WORK INSTRUCTIONS -
All entries are to be given again verbatim.

PROVIDED RECORDS -

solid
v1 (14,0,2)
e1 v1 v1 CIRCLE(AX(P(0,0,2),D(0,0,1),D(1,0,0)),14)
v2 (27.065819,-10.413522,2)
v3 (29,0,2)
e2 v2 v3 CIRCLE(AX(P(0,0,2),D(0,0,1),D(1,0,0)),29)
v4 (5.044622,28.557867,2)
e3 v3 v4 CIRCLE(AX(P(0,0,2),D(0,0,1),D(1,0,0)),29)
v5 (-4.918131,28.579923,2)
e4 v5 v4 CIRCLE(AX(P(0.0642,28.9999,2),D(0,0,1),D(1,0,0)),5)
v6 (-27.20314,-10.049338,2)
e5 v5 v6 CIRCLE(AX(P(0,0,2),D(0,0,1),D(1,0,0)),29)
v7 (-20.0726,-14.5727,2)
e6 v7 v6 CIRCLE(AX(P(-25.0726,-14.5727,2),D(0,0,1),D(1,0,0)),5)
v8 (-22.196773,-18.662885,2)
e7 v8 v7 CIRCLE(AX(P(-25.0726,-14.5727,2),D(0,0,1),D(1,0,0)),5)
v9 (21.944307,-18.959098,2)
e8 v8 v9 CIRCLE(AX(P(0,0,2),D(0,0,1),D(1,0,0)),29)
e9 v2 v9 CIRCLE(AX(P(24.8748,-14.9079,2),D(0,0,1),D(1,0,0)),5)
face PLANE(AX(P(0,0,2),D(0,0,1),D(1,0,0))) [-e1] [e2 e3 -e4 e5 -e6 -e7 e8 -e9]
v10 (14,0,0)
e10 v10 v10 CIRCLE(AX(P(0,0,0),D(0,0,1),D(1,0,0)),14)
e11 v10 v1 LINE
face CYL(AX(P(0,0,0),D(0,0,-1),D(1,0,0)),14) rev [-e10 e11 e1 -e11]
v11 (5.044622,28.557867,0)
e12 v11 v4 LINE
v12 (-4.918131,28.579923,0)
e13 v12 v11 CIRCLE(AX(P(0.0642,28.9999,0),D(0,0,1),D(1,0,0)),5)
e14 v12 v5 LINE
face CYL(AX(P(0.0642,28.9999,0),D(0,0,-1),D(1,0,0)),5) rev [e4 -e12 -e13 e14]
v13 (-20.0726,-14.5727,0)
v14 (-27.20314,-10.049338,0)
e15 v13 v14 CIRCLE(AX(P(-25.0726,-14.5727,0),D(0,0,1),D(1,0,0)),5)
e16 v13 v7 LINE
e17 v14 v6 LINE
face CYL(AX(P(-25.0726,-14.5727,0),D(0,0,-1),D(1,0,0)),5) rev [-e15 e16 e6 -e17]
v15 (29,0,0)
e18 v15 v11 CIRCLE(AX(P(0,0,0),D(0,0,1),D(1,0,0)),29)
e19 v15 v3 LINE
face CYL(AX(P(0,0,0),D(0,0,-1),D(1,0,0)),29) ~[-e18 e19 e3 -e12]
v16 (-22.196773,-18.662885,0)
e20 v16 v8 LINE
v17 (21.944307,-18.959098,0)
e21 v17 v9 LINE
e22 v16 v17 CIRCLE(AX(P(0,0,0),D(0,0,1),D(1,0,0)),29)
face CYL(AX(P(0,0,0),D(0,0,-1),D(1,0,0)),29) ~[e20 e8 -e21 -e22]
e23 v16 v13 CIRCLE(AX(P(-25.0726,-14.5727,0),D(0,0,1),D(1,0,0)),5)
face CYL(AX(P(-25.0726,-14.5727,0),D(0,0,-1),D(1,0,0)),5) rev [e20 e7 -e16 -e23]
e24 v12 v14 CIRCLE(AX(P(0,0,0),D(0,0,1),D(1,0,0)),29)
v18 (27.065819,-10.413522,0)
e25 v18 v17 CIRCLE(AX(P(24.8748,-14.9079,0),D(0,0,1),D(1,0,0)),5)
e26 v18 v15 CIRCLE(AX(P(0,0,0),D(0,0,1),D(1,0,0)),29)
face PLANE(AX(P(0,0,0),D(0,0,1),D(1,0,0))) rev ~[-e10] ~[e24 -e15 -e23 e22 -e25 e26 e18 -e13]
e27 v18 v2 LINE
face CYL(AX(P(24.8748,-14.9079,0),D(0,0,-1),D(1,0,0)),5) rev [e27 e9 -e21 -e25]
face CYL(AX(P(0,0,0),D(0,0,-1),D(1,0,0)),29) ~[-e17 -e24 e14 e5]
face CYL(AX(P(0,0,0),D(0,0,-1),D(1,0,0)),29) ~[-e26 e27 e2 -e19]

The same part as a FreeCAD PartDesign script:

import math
import FreeCAD as App
import Part
import Sketcher

V = App.Vector

doc = App.newDocument("Part")
body = doc.addObject("PartDesign::Body", "Body")

# Sketch on XY plane
sketch1 = doc.addObject("Sketcher::SketchObject", "Sketch")
body.addObject(sketch1)
sketch1.AttachmentSupport = (doc.XY_Plane, [""])
sketch1.MapMode = "FlatFace"
sketch1.addGeometry([
    Part.ArcOfCircle(Part.Circle(V(0, 0, 0), V(0, 0, 1), 29), math.radians(-21), math.radians(80)),  # 0
    Part.ArcOfCircle(Part.Circle(V(0, 29, 0), V(0, 0, 1), 5), math.radians(-175), math.radians(-5)),  # 1
    Part.ArcOfCircle(Part.Circle(V(0, 0, 0), V(0, 0, 1), 29), math.radians(100), math.radians(200)),  # 2
    Part.ArcOfCircle(Part.Circle(V(-25, -15, 0), V(0, 0, 1), 5), math.radians(-55), math.radians(115)),  # 3
    Part.ArcOfCircle(Part.Circle(V(0, 0, 0), V(0, 0, 1), 29), math.radians(-140), math.radians(-41)),  # 4
    Part.ArcOfCircle(Part.Circle(V(25, -15, 0), V(0, 0, 1), 5), math.radians(64), math.radians(234)),  # 5
    Part.Circle(V(0, 0, 0), V(0, 0, 1), 14),  # 6
], False)
sketch1.addConstraint([
    Sketcher.Constraint("Coincident", 0, 2, 1, 2),
    Sketcher.Constraint("Coincident", 1, 1, 2, 1),
    Sketcher.Constraint("Coincident", 2, 2, 3, 2),
    Sketcher.Constraint("Coincident", 3, 1, 4, 1),
    Sketcher.Constraint("Coincident", 4, 2, 5, 2),
    Sketcher.Constraint("Coincident", 5, 1, 0, 1),
    Sketcher.Constraint("Coincident", 0, 3, -1, 1),
    Sketcher.Constraint("Coincident", 2, 3, -1, 1),
    Sketcher.Constraint("Coincident", 4, 3, -1, 1),
    Sketcher.Constraint("Coincident", 6, 3, -1, 1),
    Sketcher.Constraint("Equal", 0, 2),
    Sketcher.Constraint("Equal", 1, 3),
    Sketcher.Constraint("Equal", 2, 4),
    Sketcher.Constraint("Equal", 3, 5),
    Sketcher.Constraint("Diameter", 6, 28.0),
    Sketcher.Constraint("Radius", 0, 29.0),
    Sketcher.Constraint("Radius", 1, 5.0),
    Sketcher.Constraint("DistanceY", -1, 1, 1, 3, 29.0),
    Sketcher.Constraint("DistanceY", -1, 1, 1, 1, 28.58),
    Sketcher.Constraint("DistanceY", 5, 3, -1, 1, 14.908),
    Sketcher.Constraint("DistanceY", 3, 1, -1, 1, 18.663),
    Sketcher.Constraint("DistanceY", 4, 2, -1, 1, 18.959),
    Sketcher.Constraint("DistanceX", 3, 3, -1, 1, 25.0726),
])
pad1 = doc.addObject("PartDesign::Pad", "Pad")
body.addObject(pad1)
pad1.Profile = sketch1
pad1.Length = 2

doc.recompute()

THE COMPLETED TASK -
solid
v1 (14,0,2)
e1 v1 v1 CIRCLE(AX(P(0,0,2),D(0,0,1),D(1,0,0)),14)
v2 (27.065819,-10.413522,2)
v3 (29,0,2)
e2 v2 v3 CIRCLE(AX(P(0,0,2),D(0,0,1),D(1,0,0)),29)
v4 (5.044622,28.557867,2)
e3 v3 v4 CIRCLE(AX(P(0,0,2),D(0,0,1),D(1,0,0)),29)
v5 (-4.918131,28.579923,2)
e4 v5 v4 CIRCLE(AX(P(0.0642,28.9999,2),D(0,0,1),D(1,0,0)),5)
v6 (-27.20314,-10.049338,2)
e5 v5 v6 CIRCLE(AX(P(0,0,2),D(0,0,1),D(1,0,0)),29)
v7 (-20.0726,-14.5727,2)
e6 v7 v6 CIRCLE(AX(P(-25.0726,-14.5727,2),D(0,0,1),D(1,0,0)),5)
v8 (-22.196773,-18.662885,2)
e7 v8 v7 CIRCLE(AX(P(-25.0726,-14.5727,2),D(0,0,1),D(1,0,0)),5)
v9 (21.944307,-18.959098,2)
e8 v8 v9 CIRCLE(AX(P(0,0,2),D(0,0,1),D(1,0,0)),29)
e9 v2 v9 CIRCLE(AX(P(24.8748,-14.9079,2),D(0,0,1),D(1,0,0)),5)
face PLANE(AX(P(0,0,2),D(0,0,1),D(1,0,0))) [-e1] [e2 e3 -e4 e5 -e6 -e7 e8 -e9]
v10 (14,0,0)
e10 v10 v10 CIRCLE(AX(P(0,0,0),D(0,0,1),D(1,0,0)),14)
e11 v10 v1 LINE
face CYL(AX(P(0,0,0),D(0,0,-1),D(1,0,0)),14) rev [-e10 e11 e1 -e11]
v11 (5.044622,28.557867,0)
e12 v11 v4 LINE
v12 (-4.918131,28.579923,0)
e13 v12 v11 CIRCLE(AX(P(0.0642,28.9999,0),D(0,0,1),D(1,0,0)),5)
e14 v12 v5 LINE
face CYL(AX(P(0.0642,28.9999,0),D(0,0,-1),D(1,0,0)),5) rev [e4 -e12 -e13 e14]
v13 (-20.0726,-14.5727,0)
v14 (-27.20314,-10.049338,0)
e15 v13 v14 CIRCLE(AX(P(-25.0726,-14.5727,0),D(0,0,1),D(1,0,0)),5)
e16 v13 v7 LINE
e17 v14 v6 LINE
face CYL(AX(P(-25.0726,-14.5727,0),D(0,0,-1),D(1,0,0)),5) rev [-e15 e16 e6 -e17]
v15 (29,0,0)
e18 v15 v11 CIRCLE(AX(P(0,0,0),D(0,0,1),D(1,0,0)),29)
e19 v15 v3 LINE
face CYL(AX(P(0,0,0),D(0,0,-1),D(1,0,0)),29) ~[-e18 e19 e3 -e12]
v16 (-22.196773,-18.662885,0)
e20 v16 v8 LINE
v17 (21.944307,-18.959098,0)
e21 v17 v9 LINE
e22 v16 v17 CIRCLE(AX(P(0,0,0),D(0,0,1),D(1,0,0)),29)
face CYL(AX(P(0,0,0),D(0,0,-1),D(1,0,0)),29) ~[e20 e8 -e21 -e22]
e23 v16 v13 CIRCLE(AX(P(-25.0726,-14.5727,0),D(0,0,1),D(1,0,0)),5)
face CYL(AX(P(-25.0726,-14.5727,0),D(0,0,-1),D(1,0,0)),5) rev [e20 e7 -e16 -e23]
e24 v12 v14 CIRCLE(AX(P(0,0,0),D(0,0,1),D(1,0,0)),29)
v18 (27.065819,-10.413522,0)
e25 v18 v17 CIRCLE(AX(P(24.8748,-14.9079,0),D(0,0,1),D(1,0,0)),5)
e26 v18 v15 CIRCLE(AX(P(0,0,0),D(0,0,1),D(1,0,0)),29)
face PLANE(AX(P(0,0,0),D(0,0,1),D(1,0,0))) rev ~[-e10] ~[e24 -e15 -e23 e22 -e25 e26 e18 -e13]
e27 v18 v2 LINE
face CYL(AX(P(24.8748,-14.9079,0),D(0,0,-1),D(1,0,0)),5) rev [e27 e9 -e21 -e25]
face CYL(AX(P(0,0,0),D(0,0,-1),D(1,0,0)),29) ~[-e17 -e24 e14 e5]
face CYL(AX(P(0,0,0),D(0,0,-1),D(1,0,0)),29) ~[-e26 e27 e2 -e19]

The same part as a FreeCAD PartDesign script:

import math
import FreeCAD as App
import Part
import Sketcher

V = App.Vector

doc = App.newDocument("Part")
body = doc.addObject("PartDesign::Body", "Body")

# Sketch on XY plane
sketch1 = doc.addObject("Sketcher::SketchObject", "Sketch")
body.addObject(sketch1)
sketch1.AttachmentSupport = (doc.XY_Plane, [""])
sketch1.MapMode = "FlatFace"
sketch1.addGeometry([
    Part.ArcOfCircle(Part.Circle(V(0, 0, 0), V(0, 0, 1), 29), math.radians(-21), math.radians(80)),  # 0
    Part.ArcOfCircle(Part.Circle(V(0, 29, 0), V(0, 0, 1), 5), math.radians(-175), math.radians(-5)),  # 1
    Part.ArcOfCircle(Part.Circle(V(0, 0, 0), V(0, 0, 1), 29), math.radians(100), math.radians(200)),  # 2
    Part.ArcOfCircle(Part.Circle(V(-25, -15, 0), V(0, 0, 1), 5), math.radians(-55), math.radians(115)),  # 3
    Part.ArcOfCircle(Part.Circle(V(0, 0, 0), V(0, 0, 1), 29), math.radians(-140), math.radians(-41)),  # 4
    Part.ArcOfCircle(Part.Circle(V(25, -15, 0), V(0, 0, 1), 5), math.radians(64), math.radians(234)),  # 5
    Part.Circle(V(0, 0, 0), V(0, 0, 1), 14),  # 6
], False)
sketch1.addConstraint([
    Sketcher.Constraint("Coincident", 0, 2, 1, 2),
    Sketcher.Constraint("Coincident", 1, 1, 2, 1),
    Sketcher.Constraint("Coincident", 2, 2, 3, 2),
    Sketcher.Constraint("Coincident", 3, 1, 4, 1),
    Sketcher.Constraint("Coincident", 4, 2, 5, 2),
    Sketcher.Constraint("Coincident", 5, 1, 0, 1),
    Sketcher.Constraint("Coincident", 0, 3, -1, 1),
    Sketcher.Constraint("Coincident", 2, 3, -1, 1),
    Sketcher.Constraint("Coincident", 4, 3, -1, 1),
    Sketcher.Constraint("Coincident", 6, 3, -1, 1),
    Sketcher.Constraint("Equal", 0, 2),
    Sketcher.Constraint("Equal", 1, 3),
    Sketcher.Constraint("Equal", 2, 4),
    Sketcher.Constraint("Equal", 3, 5),
    Sketcher.Constraint("Diameter", 6, 28.0),
    Sketcher.Constraint("Radius", 0, 29.0),
    Sketcher.Constraint("Radius", 1, 5.0),
    Sketcher.Constraint("DistanceY", -1, 1, 1, 3, 29.0),
    Sketcher.Constraint("DistanceY", -1, 1, 1, 1, 28.58),
    Sketcher.Constraint("DistanceY", 5, 3, -1, 1, 14.908),
    Sketcher.Constraint("DistanceY", 3, 1, -1, 1, 18.663),
    Sketcher.Constraint("DistanceY", 4, 2, -1, 1, 18.959),
    Sketcher.Constraint("DistanceX", 3, 3, -1, 1, 25.0726),
])
pad1 = doc.addObject("PartDesign::Pad", "Pad")
body.addObject(pad1)
pad1.Profile = sketch1
pad1.Length = 2

doc.recompute()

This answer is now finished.